Fundamental Forecast for the Australian Dollar: Neutral
- Upbeat 3Q Inflation Data May Undermine RBA Rate Cut Speculation
- Aussie Dollar to Fall in With Risk Trends After FOMC Rate Decision
- Find Key Turning Points for the Australian Dollar with DailyFX SSI
The Australian Dollar edged lower for a second week after finding resistance below the 0.74 figure against its US counterpart. Momentum has proven to be lackluster however, yielding the tamest price action in a month. Volatility looks likely to return in the week ahead however amid a steady stream of high-profile event risk of the home-grown and external varieties.
On the domestic front, speculation surrounding the likelihood of an RBA interest rate cut at next month’s policy meeting remains in focus. The priced-in likelihood of a 25 basis point reduction now stands at 48 percent, down from over 60 percent in the prior week, on the back of marginally upbeat Chinese CPI data and an unexpectedly chipper tone on display in minutes from the central bank’s October meeting.
Third-quarter CPI figures will next inform the debate. The benchmark year-on-year inflation rate is expected to tick higher to 1.7 percent, marking the second consecutive acceleration and highest reading yet in 2015. Leading survey data and private-sector estimates suggest higher input costs and a broadly weaker Aussie Dollar have all put upward pressure on prices, bolstering the case for a firmer reading. Such a result may further undermine bets on imminent stimulus expansion, nudging the currency upward.
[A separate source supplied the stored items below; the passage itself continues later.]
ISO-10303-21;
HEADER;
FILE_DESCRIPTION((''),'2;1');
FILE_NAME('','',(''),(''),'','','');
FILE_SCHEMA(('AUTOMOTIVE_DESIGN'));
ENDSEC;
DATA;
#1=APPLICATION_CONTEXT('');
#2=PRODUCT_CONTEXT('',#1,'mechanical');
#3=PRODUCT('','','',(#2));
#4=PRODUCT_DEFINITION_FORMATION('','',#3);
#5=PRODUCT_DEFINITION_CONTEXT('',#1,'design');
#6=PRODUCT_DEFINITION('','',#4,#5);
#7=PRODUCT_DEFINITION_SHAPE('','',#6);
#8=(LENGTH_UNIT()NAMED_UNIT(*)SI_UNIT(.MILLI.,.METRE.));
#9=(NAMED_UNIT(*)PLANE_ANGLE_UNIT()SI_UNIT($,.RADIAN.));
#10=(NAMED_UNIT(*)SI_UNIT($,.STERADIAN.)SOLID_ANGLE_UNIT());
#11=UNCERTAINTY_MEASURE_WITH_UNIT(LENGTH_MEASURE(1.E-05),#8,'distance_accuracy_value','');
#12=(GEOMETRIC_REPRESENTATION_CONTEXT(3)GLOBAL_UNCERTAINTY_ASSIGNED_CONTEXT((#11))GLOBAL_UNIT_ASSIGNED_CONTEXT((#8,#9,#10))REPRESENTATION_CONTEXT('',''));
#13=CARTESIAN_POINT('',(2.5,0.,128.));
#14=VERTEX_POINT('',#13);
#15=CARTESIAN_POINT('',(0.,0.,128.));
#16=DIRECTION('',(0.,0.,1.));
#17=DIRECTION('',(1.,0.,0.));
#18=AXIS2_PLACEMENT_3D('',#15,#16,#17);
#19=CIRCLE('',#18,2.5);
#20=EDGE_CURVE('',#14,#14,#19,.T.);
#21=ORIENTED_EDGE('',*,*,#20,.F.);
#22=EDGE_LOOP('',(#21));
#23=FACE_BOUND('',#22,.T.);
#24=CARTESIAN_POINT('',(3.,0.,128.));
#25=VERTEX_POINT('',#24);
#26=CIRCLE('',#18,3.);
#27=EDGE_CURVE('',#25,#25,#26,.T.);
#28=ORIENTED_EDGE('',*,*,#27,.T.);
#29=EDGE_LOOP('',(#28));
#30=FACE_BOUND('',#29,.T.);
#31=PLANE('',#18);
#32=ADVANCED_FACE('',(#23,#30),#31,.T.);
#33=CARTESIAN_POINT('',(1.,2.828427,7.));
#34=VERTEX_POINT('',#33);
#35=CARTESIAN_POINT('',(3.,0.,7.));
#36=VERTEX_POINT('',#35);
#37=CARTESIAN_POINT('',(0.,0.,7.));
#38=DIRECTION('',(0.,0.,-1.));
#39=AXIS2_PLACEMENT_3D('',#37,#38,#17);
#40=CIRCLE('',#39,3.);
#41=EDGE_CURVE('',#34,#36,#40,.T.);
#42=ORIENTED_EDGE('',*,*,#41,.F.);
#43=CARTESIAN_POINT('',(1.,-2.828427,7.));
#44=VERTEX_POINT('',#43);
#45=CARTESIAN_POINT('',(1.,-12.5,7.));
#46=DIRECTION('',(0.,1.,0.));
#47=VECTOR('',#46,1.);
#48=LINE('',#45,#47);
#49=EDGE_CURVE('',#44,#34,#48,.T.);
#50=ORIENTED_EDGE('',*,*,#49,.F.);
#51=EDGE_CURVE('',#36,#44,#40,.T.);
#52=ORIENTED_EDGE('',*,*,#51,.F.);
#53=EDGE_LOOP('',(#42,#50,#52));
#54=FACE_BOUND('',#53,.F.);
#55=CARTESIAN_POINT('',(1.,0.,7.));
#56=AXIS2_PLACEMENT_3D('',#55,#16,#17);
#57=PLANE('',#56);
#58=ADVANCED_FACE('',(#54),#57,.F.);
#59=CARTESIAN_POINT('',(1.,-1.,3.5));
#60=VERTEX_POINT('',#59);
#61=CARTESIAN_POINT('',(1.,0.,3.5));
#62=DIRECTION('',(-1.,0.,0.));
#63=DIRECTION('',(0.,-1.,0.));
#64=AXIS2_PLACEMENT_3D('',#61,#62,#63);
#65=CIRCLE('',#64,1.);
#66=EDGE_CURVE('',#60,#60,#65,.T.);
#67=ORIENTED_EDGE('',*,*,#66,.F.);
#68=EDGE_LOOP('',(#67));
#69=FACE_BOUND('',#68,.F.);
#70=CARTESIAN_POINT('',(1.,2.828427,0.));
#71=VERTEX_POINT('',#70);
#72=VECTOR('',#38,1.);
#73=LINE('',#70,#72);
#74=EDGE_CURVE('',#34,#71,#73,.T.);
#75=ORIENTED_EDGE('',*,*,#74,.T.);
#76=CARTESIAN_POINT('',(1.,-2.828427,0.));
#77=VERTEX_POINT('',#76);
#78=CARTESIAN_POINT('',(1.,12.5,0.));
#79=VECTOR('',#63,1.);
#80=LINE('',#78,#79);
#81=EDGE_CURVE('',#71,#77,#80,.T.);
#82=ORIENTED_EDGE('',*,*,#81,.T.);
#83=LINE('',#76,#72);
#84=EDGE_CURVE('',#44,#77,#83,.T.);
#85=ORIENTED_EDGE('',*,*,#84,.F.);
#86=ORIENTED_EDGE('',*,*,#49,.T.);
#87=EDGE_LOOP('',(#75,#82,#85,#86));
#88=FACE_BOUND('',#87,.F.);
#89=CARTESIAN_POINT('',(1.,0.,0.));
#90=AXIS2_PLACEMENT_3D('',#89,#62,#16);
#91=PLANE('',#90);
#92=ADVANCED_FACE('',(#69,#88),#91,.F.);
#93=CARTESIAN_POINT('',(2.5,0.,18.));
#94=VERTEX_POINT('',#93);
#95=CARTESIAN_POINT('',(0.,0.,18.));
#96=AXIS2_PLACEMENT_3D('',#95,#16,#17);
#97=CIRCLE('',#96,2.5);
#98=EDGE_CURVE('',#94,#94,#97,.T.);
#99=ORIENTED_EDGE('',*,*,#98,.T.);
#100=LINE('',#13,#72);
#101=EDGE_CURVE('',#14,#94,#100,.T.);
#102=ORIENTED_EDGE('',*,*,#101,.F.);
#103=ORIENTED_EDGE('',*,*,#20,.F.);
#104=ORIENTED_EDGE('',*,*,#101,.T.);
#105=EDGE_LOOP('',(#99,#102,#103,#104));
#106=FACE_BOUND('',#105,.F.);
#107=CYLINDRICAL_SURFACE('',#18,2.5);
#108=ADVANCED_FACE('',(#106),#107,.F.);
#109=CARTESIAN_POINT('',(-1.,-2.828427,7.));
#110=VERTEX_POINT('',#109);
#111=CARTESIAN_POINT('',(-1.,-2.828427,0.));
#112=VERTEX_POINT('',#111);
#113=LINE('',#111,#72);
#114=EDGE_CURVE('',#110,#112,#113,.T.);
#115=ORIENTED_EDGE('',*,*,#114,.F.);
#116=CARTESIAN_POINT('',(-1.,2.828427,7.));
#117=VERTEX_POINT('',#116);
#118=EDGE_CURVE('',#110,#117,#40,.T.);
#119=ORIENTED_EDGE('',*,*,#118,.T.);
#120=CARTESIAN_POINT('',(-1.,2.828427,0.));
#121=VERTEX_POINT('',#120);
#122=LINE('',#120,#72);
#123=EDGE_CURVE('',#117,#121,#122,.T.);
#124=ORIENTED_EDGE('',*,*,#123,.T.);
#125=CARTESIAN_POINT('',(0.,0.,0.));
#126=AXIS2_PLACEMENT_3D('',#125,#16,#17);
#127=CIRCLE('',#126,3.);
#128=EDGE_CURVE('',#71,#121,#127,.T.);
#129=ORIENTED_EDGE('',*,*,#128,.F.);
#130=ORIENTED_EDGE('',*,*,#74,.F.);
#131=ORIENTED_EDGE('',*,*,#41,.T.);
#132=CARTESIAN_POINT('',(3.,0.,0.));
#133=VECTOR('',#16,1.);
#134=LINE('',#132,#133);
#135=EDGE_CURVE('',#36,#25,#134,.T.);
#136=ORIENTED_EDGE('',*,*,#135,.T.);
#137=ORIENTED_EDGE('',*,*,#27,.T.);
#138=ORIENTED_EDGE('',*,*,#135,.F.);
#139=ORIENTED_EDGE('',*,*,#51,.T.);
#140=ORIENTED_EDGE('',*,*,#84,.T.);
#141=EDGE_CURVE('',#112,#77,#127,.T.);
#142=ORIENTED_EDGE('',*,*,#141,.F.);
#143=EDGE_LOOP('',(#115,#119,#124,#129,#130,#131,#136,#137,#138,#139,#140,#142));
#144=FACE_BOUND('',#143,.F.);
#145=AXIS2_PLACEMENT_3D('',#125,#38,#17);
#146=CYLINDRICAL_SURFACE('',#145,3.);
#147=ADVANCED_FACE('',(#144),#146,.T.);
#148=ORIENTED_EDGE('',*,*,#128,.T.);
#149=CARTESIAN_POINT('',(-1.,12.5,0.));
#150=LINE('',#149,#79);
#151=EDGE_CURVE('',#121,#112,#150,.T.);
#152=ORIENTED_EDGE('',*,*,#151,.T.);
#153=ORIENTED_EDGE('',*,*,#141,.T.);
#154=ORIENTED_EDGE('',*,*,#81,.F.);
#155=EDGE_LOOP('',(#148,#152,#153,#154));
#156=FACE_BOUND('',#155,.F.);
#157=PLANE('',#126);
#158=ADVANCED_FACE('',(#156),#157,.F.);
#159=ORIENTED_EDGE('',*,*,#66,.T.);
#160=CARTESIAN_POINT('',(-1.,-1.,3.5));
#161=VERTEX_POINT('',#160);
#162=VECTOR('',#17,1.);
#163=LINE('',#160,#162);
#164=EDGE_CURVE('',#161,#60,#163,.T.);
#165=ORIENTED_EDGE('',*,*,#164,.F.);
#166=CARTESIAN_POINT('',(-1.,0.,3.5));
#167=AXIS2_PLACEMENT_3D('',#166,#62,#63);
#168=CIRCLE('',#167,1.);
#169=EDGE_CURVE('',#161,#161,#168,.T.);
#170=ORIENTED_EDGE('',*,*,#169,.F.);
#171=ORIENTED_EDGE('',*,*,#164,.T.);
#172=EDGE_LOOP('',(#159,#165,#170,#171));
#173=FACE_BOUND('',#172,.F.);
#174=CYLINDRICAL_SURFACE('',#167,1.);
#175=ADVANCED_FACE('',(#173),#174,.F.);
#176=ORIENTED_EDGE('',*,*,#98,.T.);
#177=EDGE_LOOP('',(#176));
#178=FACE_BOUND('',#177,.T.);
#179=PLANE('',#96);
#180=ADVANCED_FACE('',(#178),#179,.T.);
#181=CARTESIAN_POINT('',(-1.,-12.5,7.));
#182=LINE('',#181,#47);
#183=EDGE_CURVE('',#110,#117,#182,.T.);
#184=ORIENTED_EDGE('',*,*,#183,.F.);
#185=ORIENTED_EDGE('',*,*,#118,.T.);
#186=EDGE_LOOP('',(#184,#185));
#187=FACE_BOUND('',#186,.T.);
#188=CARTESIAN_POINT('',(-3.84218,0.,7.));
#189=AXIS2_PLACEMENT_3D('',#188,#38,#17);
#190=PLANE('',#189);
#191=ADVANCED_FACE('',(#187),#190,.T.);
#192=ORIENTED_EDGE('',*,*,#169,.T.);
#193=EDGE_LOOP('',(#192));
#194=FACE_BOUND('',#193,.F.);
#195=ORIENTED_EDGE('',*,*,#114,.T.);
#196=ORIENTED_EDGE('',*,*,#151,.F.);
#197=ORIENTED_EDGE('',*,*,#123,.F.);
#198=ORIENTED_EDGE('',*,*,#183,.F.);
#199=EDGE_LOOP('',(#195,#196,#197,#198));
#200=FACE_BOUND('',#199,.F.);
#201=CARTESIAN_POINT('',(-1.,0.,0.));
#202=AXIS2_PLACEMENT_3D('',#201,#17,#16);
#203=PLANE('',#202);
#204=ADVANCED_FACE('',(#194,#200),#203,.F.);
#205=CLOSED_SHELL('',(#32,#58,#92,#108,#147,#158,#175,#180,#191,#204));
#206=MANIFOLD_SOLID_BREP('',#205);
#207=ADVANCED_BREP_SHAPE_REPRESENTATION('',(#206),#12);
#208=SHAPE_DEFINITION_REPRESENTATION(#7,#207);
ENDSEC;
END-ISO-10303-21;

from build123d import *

# Parameters (mm, degrees)
F0_R     = 3
F1_DEPTH = 128
F2_R     = 2.5
F3_DEPTH = 110
F4_W     = 2.84218
F4_H     = 7
F5_DEPTH = 12.5
F6_R     = 1
F7_DEPTH = 4.001


with BuildPart() as f1:
    # F0 (on Top) → F1 (new body)
    with BuildSketch(Plane.XY):
        Circle(F0_R)
    extrude(amount=F1_DEPTH)

    # F2 (on face) → F3 (cut)
    with BuildSketch(Plane.XY.offset(128)):
        Circle(F2_R)
    extrude(amount=-F3_DEPTH, mode=Mode.SUBTRACT)

    # F4 (on Front) → F5 (cut, symmetric)
    with BuildSketch(Plane.XZ):
        with Locations((2.42109, 3.5)):
            Rectangle(F4_W, F4_H)
        with Locations((-2.42109, 3.5)):
            Rectangle(F4_W, F4_H)
    extrude(amount=F5_DEPTH, both=True, mode=Mode.SUBTRACT)

    # F6 (on face) → F7 (cut, through all)
    with BuildSketch(Plane(origin=(-1, 0, 0), x_dir=(0, -1, 0), z_dir=(-1, 0, 0))):
        with Locations((0, 3.5)):
            Circle(F6_R)
    extrude(amount=-F7_DEPTH, mode=Mode.SUBTRACT)


solid = f1.part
Follow-through on internally-driven moves may be hard to come by however as traders look outward for the week’s most potent catalyst, the FOMC policy announcement. The Fed’s rate-setting committee convenes as the gap between official prognostication and that of the markets grows wider. Most officials have continued to express a preference for raising rates in 2015 while investors have pushed out their bets further into the future, expecting “liftoff” no sooner than March 2016.
Chair Janet Yellen and company are unlikely to alter the policy mix next week. Indeed, an about-face reversal from the timid posture on display after September’s meeting is likely to send markets into a tailspin, an outcome the Fed was almost certainly trying to avoid by delaying tightening in the first place. If tightening in 2015 is truly on the agenda however, the central bank will have to set the rhetorical foundation for a December move.
Hawkish commentary will clash with market expectations and force a readjustment, probably weighing on risk appetite and punishing the sentiment-sensitive Australian unit. A dovish lean is likely to yield the opposite result, though follow-on momentum may be capped considering this would amount to convergence with an already priced-in outlook.